Have you ever felt that you were not right for any job whether that job is entry-level retail or high end office work?

I am 22 years old and I have already had 4 jobs in my life time.

Quit 3 out of 4 of them and am thinking about quitting my current one. All were done with inside of 4 months for each job.

All were retail with the exception of one cleaning job.

I realize how bad this looks on me as a person to potential employers because I can never "stick" with a job but I have always had similar reasoning as to why I would quit.

My cynicism, misanthropy, and anxiety, have grown. At the age of 15, I realized that I do not want to work for someone else because I will never become wealthy or well enough to live comfortably and the conditions in most lower level customer service jobs are horrid.

These feelings have only flourished with age and now I'm thinking that even if I go to college and get a degree, I will not even be able to work an office job due to the same reasons.

So my question to you is; Have you ever sat down, looked at your life, and realized that you may not be the right fit for ANY job?

Any advice? thanks.


----------



## BlueDay (May 6, 2014)

That's how I feel-- wondering if there's anything I'll be relatively happy in. I've had several jobs in retail, banking, and a call center. Ranging from a few months to a few years before I quit or was fired. No matter the fit, I fear that the grind of full time work will always do me in.


----------



## Tymes Rhymes (May 28, 2014)

Well put. Exactly how I feel.


----------



## Sagacious (Jun 29, 2010)

The environment in jobs where you don't have to deal with customers can be much greater (more relaxed, less angry stressed people). I imagine that's what you have to deal with a lot of customers because you said retail jobs. I had one of the most laid back job ever sitting in a warehouse room fixing computers and the boss completely left me alone 99% of the time, still had anxiety going there, but there are jobs like that where you don't have to deal with people much at all.

I still feel the way you do though in some ways, I'd rather just work for myself. The job I just described was eliminated (not fired) because the company didn't see enough potential profit for their little project in the future, and our parts supplier basically wanted to take all the money we were making so they stopped sending us parts.


----------



## xxx13 (Apr 4, 2013)

that's exactly how I feel. for me personally it's not the job itself , it's the people that I work with especially my bosses. bosses always driving me insane , they're the number one reason why I hate my job and can't fit in at work. I hate my current bosses and my former bosses, they're all *******.


----------



## Tymes Rhymes (May 28, 2014)

Sagacious said:


> The environment in jobs where you don't have to deal with customers can be much greater (more relaxed, less angry stressed people). I imagine that's what you have to deal with a lot of customers because you said retail jobs. I had one of the most laid back job ever sitting in a warehouse room fixing computers and the boss completely left me alone 99% of the time, still had anxiety going there, but there are jobs like that where you don't have to deal with people much at all.
> 
> I still feel the way you do though in some ways, I'd rather just work for myself. The job I just described was eliminated (not fired) because the company didn't see enough potential profit for their little project in the future, and our parts supplier basically wanted to take all the money we were making so they stopped sending us parts.

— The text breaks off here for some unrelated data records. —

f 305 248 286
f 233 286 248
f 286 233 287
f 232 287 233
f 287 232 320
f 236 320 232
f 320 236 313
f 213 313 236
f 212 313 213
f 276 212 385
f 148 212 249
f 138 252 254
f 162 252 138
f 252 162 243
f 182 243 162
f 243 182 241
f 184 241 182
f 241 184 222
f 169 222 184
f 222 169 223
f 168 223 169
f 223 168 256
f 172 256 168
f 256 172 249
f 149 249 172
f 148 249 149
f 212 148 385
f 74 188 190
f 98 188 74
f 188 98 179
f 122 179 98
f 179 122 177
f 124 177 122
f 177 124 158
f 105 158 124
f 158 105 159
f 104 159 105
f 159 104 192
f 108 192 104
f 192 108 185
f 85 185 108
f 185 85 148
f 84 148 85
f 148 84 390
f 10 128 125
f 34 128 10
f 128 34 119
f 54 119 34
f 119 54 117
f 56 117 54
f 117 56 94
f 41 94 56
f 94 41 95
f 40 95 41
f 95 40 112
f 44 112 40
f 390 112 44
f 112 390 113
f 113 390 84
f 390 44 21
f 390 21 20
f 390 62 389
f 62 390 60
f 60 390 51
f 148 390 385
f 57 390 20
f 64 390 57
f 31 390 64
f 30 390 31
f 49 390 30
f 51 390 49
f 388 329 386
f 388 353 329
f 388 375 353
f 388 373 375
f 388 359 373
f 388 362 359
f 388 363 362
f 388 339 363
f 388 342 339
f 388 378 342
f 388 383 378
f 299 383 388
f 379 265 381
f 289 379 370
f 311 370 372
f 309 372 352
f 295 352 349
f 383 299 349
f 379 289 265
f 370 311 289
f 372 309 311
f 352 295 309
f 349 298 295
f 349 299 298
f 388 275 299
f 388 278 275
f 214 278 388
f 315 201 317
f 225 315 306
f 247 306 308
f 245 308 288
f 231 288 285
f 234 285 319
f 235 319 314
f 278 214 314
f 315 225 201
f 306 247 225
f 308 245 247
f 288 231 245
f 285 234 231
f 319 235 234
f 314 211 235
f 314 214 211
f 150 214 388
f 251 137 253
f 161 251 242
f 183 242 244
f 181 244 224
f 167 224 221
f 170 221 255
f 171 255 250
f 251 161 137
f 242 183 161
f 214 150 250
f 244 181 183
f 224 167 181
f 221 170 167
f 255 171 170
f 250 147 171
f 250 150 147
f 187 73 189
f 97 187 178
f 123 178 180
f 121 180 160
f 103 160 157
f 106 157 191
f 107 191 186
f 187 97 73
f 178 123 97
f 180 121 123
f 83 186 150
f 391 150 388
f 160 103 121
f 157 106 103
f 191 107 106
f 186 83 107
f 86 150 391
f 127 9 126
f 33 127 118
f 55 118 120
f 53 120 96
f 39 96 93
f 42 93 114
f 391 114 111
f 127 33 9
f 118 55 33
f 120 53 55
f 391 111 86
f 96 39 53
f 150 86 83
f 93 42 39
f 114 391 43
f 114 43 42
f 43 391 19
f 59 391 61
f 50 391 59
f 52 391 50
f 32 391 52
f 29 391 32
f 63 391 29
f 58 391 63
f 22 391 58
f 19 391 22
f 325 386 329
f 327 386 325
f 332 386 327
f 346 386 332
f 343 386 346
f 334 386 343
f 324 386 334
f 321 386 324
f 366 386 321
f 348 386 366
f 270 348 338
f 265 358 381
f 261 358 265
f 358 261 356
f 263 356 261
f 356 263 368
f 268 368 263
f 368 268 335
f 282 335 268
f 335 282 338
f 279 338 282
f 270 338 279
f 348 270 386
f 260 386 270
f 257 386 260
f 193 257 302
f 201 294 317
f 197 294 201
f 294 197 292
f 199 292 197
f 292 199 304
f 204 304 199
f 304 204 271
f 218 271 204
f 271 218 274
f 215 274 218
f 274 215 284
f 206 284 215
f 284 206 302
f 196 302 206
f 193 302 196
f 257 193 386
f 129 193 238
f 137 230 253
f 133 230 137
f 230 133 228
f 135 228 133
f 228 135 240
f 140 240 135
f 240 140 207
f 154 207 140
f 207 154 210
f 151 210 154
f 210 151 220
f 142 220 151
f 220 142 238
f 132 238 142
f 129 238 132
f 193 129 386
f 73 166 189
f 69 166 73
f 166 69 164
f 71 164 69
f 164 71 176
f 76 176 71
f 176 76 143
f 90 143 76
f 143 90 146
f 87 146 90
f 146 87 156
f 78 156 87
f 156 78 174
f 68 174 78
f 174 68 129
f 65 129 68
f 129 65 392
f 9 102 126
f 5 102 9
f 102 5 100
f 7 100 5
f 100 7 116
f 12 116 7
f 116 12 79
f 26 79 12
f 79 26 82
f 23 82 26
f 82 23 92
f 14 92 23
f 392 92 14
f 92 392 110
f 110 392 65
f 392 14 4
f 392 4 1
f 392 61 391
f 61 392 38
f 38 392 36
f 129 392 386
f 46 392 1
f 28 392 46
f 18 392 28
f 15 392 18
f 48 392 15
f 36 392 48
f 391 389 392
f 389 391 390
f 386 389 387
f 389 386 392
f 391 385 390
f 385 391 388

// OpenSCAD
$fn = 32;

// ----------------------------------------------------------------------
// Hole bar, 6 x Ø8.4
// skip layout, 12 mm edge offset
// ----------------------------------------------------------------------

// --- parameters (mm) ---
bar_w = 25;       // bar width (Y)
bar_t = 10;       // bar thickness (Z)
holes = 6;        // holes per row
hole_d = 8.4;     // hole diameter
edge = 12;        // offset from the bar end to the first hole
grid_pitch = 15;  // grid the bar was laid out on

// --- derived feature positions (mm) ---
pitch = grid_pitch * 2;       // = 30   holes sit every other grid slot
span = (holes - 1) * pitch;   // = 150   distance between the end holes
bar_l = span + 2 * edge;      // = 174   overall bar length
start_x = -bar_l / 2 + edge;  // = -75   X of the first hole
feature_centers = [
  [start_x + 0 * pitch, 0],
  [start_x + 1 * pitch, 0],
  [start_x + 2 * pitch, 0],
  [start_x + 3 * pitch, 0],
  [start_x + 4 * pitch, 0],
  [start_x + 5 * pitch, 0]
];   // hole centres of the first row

I would love an independent job where my bosses left me alone for 99% of the time and I didn't have to deal with any people, whether those people be co-workers or customers.

People are just a disappointment, especially in the work place, and I'd much rather deal with myself. Sorry the job got eliminated. Sounded like a decent job for a person with SA except for the pre-work anxiety which I get as well for my current job.



xxx13 said:


> that's exactly how I feel. for me personally it's not the job itself , it's the people that I work with especially my bosses. bosses always driving me insane , they're the number one reason why I hate my job and can't fit in at work. I hate my current bosses and my former bosses, they're all *******.


I understand. Fellow co-workers around the same level as me at the company are all either "dude bros" whom love to chat and not work and the women are mostly apathetic idiots looking for attention.

The managers are worse. They ignore me when I have a question about a specific task. They mostly stand around watching the schedule unless it is REALLY busy.

The head store manager at my store is also an idiot. He is just another corporate drone telling us what corporate wants to implement but then not doing those things himself. If you say hi to him, he'll clearly show that he does not want to talk to you.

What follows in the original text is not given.